* _Task brief_
Give again only those lines from the start of the entries through the line holding "v3 (33.4,5.5,-2)", leaving them as they are.

* _Material for the task_
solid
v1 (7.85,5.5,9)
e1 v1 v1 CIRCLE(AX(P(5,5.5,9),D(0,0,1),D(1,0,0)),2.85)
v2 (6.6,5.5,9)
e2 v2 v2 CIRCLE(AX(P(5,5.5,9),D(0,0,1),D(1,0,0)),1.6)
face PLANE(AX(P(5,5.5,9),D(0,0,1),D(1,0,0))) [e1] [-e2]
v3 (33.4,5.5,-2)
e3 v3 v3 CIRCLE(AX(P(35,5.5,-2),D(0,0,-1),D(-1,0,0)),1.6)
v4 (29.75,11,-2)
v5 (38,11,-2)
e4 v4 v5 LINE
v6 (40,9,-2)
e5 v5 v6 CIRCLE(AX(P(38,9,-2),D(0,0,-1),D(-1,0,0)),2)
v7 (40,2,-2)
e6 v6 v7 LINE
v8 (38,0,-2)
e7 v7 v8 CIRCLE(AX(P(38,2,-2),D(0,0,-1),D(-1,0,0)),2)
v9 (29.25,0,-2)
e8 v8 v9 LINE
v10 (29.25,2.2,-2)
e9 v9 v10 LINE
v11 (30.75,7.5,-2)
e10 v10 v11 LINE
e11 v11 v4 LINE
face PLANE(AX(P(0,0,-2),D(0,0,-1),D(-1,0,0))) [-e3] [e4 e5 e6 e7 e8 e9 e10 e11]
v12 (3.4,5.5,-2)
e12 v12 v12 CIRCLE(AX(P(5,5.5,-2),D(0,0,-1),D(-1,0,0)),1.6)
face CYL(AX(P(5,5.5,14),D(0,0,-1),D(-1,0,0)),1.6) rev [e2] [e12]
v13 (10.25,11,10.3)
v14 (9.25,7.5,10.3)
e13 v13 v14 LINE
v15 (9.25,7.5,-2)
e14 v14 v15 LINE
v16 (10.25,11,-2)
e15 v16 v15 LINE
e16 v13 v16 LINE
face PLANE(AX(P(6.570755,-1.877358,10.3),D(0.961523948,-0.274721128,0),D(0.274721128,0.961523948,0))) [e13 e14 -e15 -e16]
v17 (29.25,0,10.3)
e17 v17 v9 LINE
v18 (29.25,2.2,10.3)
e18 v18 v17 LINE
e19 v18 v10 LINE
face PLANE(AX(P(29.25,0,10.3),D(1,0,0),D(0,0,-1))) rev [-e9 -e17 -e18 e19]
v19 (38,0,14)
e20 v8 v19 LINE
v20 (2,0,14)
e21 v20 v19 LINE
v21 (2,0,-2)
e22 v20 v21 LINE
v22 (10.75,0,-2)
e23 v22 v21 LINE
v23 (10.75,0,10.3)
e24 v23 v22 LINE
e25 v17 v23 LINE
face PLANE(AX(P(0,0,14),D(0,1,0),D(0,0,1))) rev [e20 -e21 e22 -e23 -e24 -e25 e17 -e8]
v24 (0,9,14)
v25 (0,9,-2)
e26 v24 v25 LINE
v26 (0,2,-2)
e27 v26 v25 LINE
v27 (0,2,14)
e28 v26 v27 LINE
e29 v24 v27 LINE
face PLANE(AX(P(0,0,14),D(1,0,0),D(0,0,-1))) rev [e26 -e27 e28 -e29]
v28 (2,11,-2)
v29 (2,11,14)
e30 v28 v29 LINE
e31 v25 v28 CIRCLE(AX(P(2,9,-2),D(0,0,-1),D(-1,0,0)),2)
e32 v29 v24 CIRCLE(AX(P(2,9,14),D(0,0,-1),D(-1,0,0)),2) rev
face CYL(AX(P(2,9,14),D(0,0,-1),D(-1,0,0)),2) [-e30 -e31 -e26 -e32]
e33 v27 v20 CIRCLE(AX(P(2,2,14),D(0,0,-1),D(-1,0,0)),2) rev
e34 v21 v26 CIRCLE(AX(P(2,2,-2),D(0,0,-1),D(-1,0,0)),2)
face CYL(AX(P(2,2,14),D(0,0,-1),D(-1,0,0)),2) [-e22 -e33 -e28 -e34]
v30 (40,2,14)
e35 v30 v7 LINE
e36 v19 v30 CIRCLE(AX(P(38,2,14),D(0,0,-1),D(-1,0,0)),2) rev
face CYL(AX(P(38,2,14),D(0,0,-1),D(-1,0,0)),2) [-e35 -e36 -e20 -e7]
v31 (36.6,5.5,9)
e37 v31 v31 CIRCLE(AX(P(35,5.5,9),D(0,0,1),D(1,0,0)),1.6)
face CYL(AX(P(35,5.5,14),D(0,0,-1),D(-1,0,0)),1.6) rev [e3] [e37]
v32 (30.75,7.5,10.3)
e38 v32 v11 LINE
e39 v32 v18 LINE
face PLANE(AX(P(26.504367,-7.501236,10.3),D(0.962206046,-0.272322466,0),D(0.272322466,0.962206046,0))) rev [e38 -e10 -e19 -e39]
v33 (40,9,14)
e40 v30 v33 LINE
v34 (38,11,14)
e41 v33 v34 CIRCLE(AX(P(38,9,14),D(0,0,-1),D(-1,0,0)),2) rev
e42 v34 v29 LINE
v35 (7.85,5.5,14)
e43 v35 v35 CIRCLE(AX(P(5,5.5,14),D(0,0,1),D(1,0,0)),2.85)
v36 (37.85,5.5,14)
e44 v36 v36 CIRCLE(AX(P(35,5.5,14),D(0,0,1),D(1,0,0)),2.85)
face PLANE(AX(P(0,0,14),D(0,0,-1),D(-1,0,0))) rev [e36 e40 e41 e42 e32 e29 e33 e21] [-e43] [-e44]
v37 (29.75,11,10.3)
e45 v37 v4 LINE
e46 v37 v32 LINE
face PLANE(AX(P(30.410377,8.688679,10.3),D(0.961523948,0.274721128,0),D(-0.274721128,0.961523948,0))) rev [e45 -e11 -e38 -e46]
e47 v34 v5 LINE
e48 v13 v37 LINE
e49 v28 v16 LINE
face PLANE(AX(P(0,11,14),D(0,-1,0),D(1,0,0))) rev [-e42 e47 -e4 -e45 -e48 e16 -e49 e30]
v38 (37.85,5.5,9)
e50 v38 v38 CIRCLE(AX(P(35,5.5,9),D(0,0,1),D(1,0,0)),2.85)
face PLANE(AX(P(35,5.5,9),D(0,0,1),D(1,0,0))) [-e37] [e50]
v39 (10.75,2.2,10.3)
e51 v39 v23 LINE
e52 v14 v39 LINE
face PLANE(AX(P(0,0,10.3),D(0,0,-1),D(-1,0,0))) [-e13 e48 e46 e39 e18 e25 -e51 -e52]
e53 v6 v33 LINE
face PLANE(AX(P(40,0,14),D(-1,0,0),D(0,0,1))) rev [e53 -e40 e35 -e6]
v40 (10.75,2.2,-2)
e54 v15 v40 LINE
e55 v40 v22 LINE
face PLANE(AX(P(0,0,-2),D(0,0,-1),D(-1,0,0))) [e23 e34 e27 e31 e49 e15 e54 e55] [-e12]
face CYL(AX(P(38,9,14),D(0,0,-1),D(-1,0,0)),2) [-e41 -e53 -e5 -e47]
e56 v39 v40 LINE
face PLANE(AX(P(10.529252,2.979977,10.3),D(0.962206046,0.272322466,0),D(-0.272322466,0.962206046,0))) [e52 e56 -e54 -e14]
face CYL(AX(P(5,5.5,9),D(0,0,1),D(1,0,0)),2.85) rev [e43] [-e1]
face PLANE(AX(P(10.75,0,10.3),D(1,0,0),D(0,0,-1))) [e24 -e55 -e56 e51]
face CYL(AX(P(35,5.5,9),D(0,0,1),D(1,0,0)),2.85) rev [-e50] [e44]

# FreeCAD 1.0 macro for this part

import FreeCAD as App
import Part
import Sketcher

V = App.Vector


def edges_at(feature, points):
    """Names of the edges that pass closest to the given points."""
    edges = feature.Shape.Edges
    near = lambda p: min(range(len(edges)), key=lambda i: edges[i].distToShape(Part.Vertex(*p))[0])
    return sorted({f"Edge{near(p) + 1}" for p in points})


def add_polygon(sketch, points):
    """Adds a closed chain of lines whose ends are joined by coincident constraints."""
    first, n = sketch.GeometryCount, len(points)
    for a, b in zip(points, points[1:] + points[:1]):
        sketch.addGeometry(Part.LineSegment(App.Vector(*a, 0), App.Vector(*b, 0)), False)
    for i in range(n):
        sketch.addConstraint(Sketcher.Constraint("Coincident", first + i, 2, first + (i + 1) % n, 1))

doc = App.newDocument("Part")
params = doc.addObject("Spreadsheet::Sheet", "Params")
for row, (alias, value) in enumerate([
    ("sketch1_diameter", "3.2 mm"),
    ("sketch1_width", "40 mm"),
    ("sketch1_height", "11 mm"),
    ("pad1_length", "14 mm"),
    ("sketch2_width", "19.5 mm"),
    ("sketch2_width2", "18.5 mm"),
    ("sketch2_height", "2.2 mm"),
    ("pocket1_length", "10.3 mm"),
    ("sketch3_diameter", "5.7 mm"),
    ("pocket2_length", "5 mm"),
    ("sketch4_diameter", "3.2 mm"),
    ("sketch4_height", "11 mm"),
    ("sketch4_height2", "2.2 mm"),
    ("sketch4_width", "10.75 mm"),
    ("pad2_length", "2 mm"),
    ("fillet_radius", "2 mm"),
], start=1):
    params.set(f"A{row}", alias)
    params.set(f"B{row}", "=" + value)
    params.setAlias(f"B{row}", alias)

body = doc.addObject("PartDesign::Body", "Body")

# Sketch on XY plane
sketch1 = body.newObject("Sketcher::SketchObject", "Sketch")
sketch1.AttachmentSupport = (doc.getObject("XY_Plane"), [""])
sketch1.MapMode = "FlatFace"
add_polygon(sketch1, [(0, 11), (0, 0), (40, 0), (40, 11)])  # lines 0-3
sketch1.addGeometry(Part.Circle(V(5, 5.5, 0), V(0, 0, 1), 1.6), False)  # 4
sketch1.addGeometry(Part.Circle(V(35, 5.5, 0), V(0, 0, 1), 1.6), False)  # 5
sketch1.addConstraint(Sketcher.Constraint("Vertical", 0))
sketch1.addConstraint(Sketcher.Constraint("Horizontal", 1))
sketch1.addConstraint(Sketcher.Constraint("Vertical", 2))
sketch1.addConstraint(Sketcher.Constraint("Horizontal", 3))
sketch1.addConstraint(Sketcher.Constraint("Coincident", 0, 2, -1, 1))
sketch1.addConstraint(Sketcher.Constraint("Equal", 4, 5))
sketch1.addConstraint(Sketcher.Constraint("Horizontal", 4, 3, 5, 3))
sketch1.addConstraint(Sketcher.Constraint("Diameter", 4, 3.2))
sketch1.addConstraint(Sketcher.Constraint("DistanceX", 1, 1, 1, 2, 40.0))
sketch1.addConstraint(Sketcher.Constraint("DistanceY", 0, 2, 0, 1, 11.0))
sketch1.addConstraint(Sketcher.Constraint("DistanceX", -1, 1, 4, 3, 5.0))
sketch1.addConstraint(Sketcher.Constraint("DistanceX", -1, 1, 5, 3, 35.0))
sketch1.addConstraint(Sketcher.Constraint("DistanceY", -1, 1, 4, 3, 5.5))
sketch1.setExpression("Constraints[11]", "Params.sketch1_diameter")
sketch1.setExpression("Constraints[12]", "Params.sketch1_width")
sketch1.setExpression("Constraints[13]", "Params.sketch1_height")
pad1 = body.newObject("PartDesign::Pad", "Pad")
pad1.Profile = sketch1
pad1.setExpression("Length", "Params.pad1_length")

* _Answer section_
solid
v1 (7.85,5.5,9)
e1 v1 v1 CIRCLE(AX(P(5,5.5,9),D(0,0,1),D(1,0,0)),2.85)
v2 (6.6,5.5,9)
e2 v2 v2 CIRCLE(AX(P(5,5.5,9),D(0,0,1),D(1,0,0)),1.6)
face PLANE(AX(P(5,5.5,9),D(0,0,1),D(1,0,0))) [e1] [-e2]
v3 (33.4,5.5,-2)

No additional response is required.